#### To do:
Produce word for word the lines of the data below running from the one that has "#109=CARTESIAN_POINT('',(0.,81.2927,0.));" to the one that has "#124=ORIENTED_EDGE('',*,*,#72,.T.);", inclusive, and no others.

#### Data shown:

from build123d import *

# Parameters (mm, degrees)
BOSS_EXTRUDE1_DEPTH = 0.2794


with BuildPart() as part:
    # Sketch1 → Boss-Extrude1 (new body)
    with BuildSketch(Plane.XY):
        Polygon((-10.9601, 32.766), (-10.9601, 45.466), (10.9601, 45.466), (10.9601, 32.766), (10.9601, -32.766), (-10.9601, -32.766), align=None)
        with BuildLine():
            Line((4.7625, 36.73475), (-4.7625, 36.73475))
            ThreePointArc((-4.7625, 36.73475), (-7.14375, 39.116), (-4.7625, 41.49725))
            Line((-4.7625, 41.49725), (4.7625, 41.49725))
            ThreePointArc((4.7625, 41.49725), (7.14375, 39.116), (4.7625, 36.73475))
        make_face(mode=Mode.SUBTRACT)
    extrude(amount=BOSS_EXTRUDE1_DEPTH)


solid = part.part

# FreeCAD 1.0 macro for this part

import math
import FreeCAD as App
import Part
import Sketcher
Q = App.Units.Quantity

doc = App.newDocument("Part")
body = doc.addObject("PartDesign::Body", "Body")

sketch1 = body.newObject("Sketcher::SketchObject", "Sketch")
sketch1.AttachmentSupport = (doc.getObject("XY_Plane"), [""])
sketch1.MapMode = "FlatFace"
sketch1.addGeometry([
    Part.LineSegment(App.Vector(-10.9601, 45.466, 0), App.Vector(-10.9601, -32.766, 0)),
    Part.LineSegment(App.Vector(-10.9601, -32.766, 0), App.Vector(10.9601, -32.766, 0)),
    Part.LineSegment(App.Vector(10.9601, -32.766, 0), App.Vector(10.9601, 45.466, 0)),
    Part.LineSegment(App.Vector(10.9601, 45.466, 0), App.Vector(-10.9601, 45.466, 0)),
    Part.LineSegment(App.Vector(4.7625, 36.73475, 0), App.Vector(-4.7625, 36.73475, 0)),
    Part.ArcOfCircle(Part.Circle(App.Vector(-4.7625, 39.116, 0), App.Vector(0, 0, 1), 2.38125), math.radians(90), math.radians(270)),
    Part.LineSegment(App.Vector(-4.7625, 41.49725, 0), App.Vector(4.7625, 41.49725, 0)),
    Part.ArcOfCircle(Part.Circle(App.Vector(4.7625, 39.116, 0), App.Vector(0, 0, 1), 2.38125), math.radians(-90), math.radians(90)),
], False)
sketch1.addConstraint([
    Sketcher.Constraint("Coincident", 0, 2, 1, 1),
    Sketcher.Constraint("Coincident", 1, 2, 2, 1),
    Sketcher.Constraint("Coincident", 2, 2, 3, 1),
    Sketcher.Constraint("Coincident", 3, 2, 0, 1),
    Sketcher.Constraint("Tangent", 4, 2, 5, 2),
    Sketcher.Constraint("Tangent", 5, 1, 6, 1),
    Sketcher.Constraint("Tangent", 6, 2, 7, 2),
    Sketcher.Constraint("Tangent", 7, 1, 4, 1),
    Sketcher.Constraint("Vertical", 0),
    Sketcher.Constraint("Horizontal", 1),
    Sketcher.Constraint("Vertical", 2),
    Sketcher.Constraint("Horizontal", 3),
    Sketcher.Constraint("Horizontal", 4),
    Sketcher.Constraint("Horizontal", 6),
    Sketcher.Constraint("Radius", 5, Q("0.09375 in")),
    Sketcher.Constraint("DistanceY", 0, 2, 0, 1, Q("3.08 in")),
    Sketcher.Constraint("DistanceX", 1, 1, 1, 2, Q("0.863 in")),
    Sketcher.Constraint("DistanceX", 4, 2, 4, 1, Q("0.375 in")),
    Sketcher.Constraint("DistanceY", -1, 1, 5, 3, Q("1.54 in")),
    Sketcher.Constraint("DistanceY", 0, 2, -1, 1, Q("1.29 in")),
    Sketcher.Constraint("DistanceX", 5, 3, -1, 1, Q("0.1875 in")),
    Sketcher.Constraint("DistanceX", 0, 2, 5, 3, Q("0.244 in")),
])
pad1 = body.newObject("PartDesign::Pad", "Pad")
pad1.Profile = sketch1
pad1.Length = Q("0.011 in")

doc.recompute()
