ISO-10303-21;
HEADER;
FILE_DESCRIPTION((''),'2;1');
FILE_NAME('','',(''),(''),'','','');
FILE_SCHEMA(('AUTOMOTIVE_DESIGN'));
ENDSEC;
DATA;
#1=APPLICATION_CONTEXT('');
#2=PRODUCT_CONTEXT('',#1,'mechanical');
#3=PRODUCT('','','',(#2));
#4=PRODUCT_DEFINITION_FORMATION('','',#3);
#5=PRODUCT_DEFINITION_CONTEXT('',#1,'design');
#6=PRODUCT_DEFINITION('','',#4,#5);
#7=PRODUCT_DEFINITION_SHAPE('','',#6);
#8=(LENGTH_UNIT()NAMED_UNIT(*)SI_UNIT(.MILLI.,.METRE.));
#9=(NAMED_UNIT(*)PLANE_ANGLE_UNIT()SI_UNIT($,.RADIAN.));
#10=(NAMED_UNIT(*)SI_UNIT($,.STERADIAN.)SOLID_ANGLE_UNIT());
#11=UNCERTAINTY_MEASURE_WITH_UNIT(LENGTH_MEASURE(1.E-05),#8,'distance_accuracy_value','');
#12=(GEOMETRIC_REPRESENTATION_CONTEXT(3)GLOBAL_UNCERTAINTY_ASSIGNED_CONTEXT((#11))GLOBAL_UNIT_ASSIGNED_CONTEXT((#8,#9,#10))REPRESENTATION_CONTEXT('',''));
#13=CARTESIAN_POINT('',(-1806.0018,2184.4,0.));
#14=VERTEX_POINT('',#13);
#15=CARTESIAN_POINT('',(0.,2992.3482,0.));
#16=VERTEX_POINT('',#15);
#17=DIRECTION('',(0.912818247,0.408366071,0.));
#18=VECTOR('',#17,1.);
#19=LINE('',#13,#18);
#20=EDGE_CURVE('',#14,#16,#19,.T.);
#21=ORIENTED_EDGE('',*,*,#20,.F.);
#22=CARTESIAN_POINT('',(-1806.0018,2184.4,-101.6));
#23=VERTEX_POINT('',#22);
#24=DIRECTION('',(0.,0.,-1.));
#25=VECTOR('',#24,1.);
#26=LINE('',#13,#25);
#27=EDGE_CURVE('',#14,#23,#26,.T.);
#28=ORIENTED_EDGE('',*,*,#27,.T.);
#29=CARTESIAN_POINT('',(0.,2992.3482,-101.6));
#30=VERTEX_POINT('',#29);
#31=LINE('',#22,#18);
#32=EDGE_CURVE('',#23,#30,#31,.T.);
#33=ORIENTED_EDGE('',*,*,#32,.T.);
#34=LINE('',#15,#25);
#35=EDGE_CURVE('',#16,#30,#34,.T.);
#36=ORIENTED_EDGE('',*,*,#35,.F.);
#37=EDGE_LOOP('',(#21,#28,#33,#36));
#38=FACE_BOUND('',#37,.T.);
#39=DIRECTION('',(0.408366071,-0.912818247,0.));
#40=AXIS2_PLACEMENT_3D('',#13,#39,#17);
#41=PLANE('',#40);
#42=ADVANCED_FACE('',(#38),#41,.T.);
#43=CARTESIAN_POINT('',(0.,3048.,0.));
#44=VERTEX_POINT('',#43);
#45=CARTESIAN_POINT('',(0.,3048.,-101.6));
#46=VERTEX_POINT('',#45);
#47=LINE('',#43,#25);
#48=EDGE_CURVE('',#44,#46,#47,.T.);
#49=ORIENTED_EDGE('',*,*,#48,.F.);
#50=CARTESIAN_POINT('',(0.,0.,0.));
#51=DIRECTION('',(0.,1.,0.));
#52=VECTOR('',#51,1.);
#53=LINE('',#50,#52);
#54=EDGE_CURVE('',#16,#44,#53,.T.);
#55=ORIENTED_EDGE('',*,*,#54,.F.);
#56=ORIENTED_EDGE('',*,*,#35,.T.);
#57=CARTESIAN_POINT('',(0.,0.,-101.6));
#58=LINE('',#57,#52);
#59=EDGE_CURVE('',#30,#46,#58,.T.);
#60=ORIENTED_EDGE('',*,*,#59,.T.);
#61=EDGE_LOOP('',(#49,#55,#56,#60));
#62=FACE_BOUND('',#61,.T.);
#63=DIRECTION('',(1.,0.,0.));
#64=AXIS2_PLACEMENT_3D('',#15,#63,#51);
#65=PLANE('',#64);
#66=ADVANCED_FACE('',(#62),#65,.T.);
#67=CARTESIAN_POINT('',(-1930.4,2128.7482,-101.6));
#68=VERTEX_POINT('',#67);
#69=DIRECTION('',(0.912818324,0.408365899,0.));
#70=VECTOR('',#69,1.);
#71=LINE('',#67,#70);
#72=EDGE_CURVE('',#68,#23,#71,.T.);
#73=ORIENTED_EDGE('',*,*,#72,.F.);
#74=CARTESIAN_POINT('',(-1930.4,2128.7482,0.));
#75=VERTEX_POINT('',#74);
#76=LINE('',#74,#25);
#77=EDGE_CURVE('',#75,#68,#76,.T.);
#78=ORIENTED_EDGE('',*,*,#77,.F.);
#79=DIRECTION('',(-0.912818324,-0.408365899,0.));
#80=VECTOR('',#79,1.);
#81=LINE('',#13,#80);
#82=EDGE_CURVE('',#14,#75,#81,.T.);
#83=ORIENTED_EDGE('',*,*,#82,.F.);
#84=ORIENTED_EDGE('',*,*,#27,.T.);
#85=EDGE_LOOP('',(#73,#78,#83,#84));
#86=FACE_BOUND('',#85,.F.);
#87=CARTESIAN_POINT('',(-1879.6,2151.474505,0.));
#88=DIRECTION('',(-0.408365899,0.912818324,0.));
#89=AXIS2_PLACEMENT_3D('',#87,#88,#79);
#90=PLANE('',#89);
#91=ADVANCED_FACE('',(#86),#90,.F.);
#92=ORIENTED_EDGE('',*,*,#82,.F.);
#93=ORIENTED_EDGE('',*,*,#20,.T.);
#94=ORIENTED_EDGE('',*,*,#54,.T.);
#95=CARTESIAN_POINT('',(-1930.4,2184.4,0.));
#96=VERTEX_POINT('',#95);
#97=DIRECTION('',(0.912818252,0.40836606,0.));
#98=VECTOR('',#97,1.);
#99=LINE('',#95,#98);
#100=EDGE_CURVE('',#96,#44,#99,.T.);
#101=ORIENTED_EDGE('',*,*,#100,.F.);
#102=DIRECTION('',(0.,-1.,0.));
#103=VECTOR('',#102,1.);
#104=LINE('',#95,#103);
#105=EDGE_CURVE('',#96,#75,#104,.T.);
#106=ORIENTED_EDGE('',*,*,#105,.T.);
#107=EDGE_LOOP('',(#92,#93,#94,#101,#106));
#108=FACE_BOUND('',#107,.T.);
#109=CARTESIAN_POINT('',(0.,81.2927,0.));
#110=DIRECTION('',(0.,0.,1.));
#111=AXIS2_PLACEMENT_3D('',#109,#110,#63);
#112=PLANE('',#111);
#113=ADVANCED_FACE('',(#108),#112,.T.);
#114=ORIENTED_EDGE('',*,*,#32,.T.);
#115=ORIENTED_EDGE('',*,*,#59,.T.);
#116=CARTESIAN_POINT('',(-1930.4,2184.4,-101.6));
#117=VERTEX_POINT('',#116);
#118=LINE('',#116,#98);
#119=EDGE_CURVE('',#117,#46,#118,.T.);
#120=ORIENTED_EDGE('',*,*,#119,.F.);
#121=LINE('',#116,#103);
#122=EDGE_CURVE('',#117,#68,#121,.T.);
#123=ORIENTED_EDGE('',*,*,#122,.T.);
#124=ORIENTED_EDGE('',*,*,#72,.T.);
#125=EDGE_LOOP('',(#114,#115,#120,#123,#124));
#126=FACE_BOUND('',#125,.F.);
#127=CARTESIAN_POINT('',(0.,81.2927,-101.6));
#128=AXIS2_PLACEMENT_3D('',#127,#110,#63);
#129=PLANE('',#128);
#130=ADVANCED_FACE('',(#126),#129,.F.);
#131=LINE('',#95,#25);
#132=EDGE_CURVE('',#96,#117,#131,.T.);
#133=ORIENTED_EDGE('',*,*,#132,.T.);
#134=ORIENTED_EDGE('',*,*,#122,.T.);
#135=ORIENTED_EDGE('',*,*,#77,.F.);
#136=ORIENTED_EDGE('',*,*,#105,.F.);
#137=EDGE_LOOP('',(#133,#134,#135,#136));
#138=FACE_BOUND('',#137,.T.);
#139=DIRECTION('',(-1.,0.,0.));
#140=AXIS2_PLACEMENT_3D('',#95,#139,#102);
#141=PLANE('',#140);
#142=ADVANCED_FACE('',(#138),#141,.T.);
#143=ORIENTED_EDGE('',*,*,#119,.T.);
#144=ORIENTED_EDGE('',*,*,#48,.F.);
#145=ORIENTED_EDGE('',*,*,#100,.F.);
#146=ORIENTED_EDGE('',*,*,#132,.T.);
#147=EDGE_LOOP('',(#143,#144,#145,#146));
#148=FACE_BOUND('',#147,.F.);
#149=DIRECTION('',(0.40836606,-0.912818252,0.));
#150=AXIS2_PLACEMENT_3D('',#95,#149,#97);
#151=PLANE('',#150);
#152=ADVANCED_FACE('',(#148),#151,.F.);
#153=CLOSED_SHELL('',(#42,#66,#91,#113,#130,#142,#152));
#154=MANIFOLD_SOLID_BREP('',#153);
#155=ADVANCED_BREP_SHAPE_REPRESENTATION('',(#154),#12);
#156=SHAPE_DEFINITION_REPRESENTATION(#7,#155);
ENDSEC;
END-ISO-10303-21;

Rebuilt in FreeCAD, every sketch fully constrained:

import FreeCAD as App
import Part
import Sketcher

V = App.Vector
Q = App.Units.Quantity

doc = App.newDocument("Part")
body = doc.addObject("PartDesign::Body", "Body")

sketch1 = body.newObject("Sketcher::SketchObject", "Sketch")
sketch1.AttachmentSupport = (doc.getObject("XY_Plane"), [""])
sketch1.MapMode = "FlatFace"
sketch1.addGeometry([
    Part.LineSegment(V(-1930, 2184, 0), V(-1930, 2129, 0)),
    Part.LineSegment(V(-1930, 2129, 0), V(-1806, 2184, 0)),
    Part.LineSegment(V(-1806, 2184, 0), V(0, 2992, 0)),
    Part.LineSegment(V(0, 2992, 0), V(0, 3048, 0)),
    Part.LineSegment(V(0, 3048, 0), V(-1930, 2184, 0)),
], False)
sketch1.addConstraint([
    Sketcher.Constraint("Coincident", 0, 2, 1, 1),
    Sketcher.Constraint("Coincident", 1, 2, 2, 1),
    Sketcher.Constraint("Coincident", 2, 2, 3, 1),
    Sketcher.Constraint("Coincident", 3, 2, 4, 1),
    Sketcher.Constraint("Coincident", 4, 2, 0, 1),
    Sketcher.Constraint("Vertical", 0),
    Sketcher.Constraint("Vertical", 3),
    Sketcher.Constraint("PointOnObject", 2, 2, -2),
    Sketcher.Constraint("Parallel", 1, 2),
    Sketcher.Constraint("Parallel", 2, 4),
    Sketcher.Constraint("Horizontal", 1, 2, 4, 2),
    Sketcher.Constraint("DistanceX", 0, 2, -1, 1, Q("76 in")),
    Sketcher.Constraint("DistanceY", -1, 1, 1, 2, Q("86 in")),
    Sketcher.Constraint("DistanceY", -1, 1, 3, 2, Q("120 in")),
    Sketcher.Constraint("Distance", 2, Q("77.8933 in")),
])
pad1 = body.newObject("PartDesign::Pad", "Pad")
pad1.Profile = sketch1
pad1.Length = Q("4 in")
pad1.Reversed = True

doc.recompute()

#### Answer section:
#109=CARTESIAN_POINT('',(0.,81.2927,0.));
#110=DIRECTION('',(0.,0.,1.));
#111=AXIS2_PLACEMENT_3D('',#109,#110,#63);
#112=PLANE('',#111);
#113=ADVANCED_FACE('',(#108),#112,.T.);
#114=ORIENTED_EDGE('',*,*,#32,.T.);
#115=ORIENTED_EDGE('',*,*,#59,.T.);
#116=CARTESIAN_POINT('',(-1930.4,2184.4,-101.6));
#117=VERTEX_POINT('',#116);
#118=LINE('',#116,#98);
#119=EDGE_CURVE('',#117,#46,#118,.T.);
#120=ORIENTED_EDGE('',*,*,#119,.F.);
#121=LINE('',#116,#103);
#122=EDGE_CURVE('',#117,#68,#121,.T.);
#123=ORIENTED_EDGE('',*,*,#122,.T.);
#124=ORIENTED_EDGE('',*,*,#72,.T.);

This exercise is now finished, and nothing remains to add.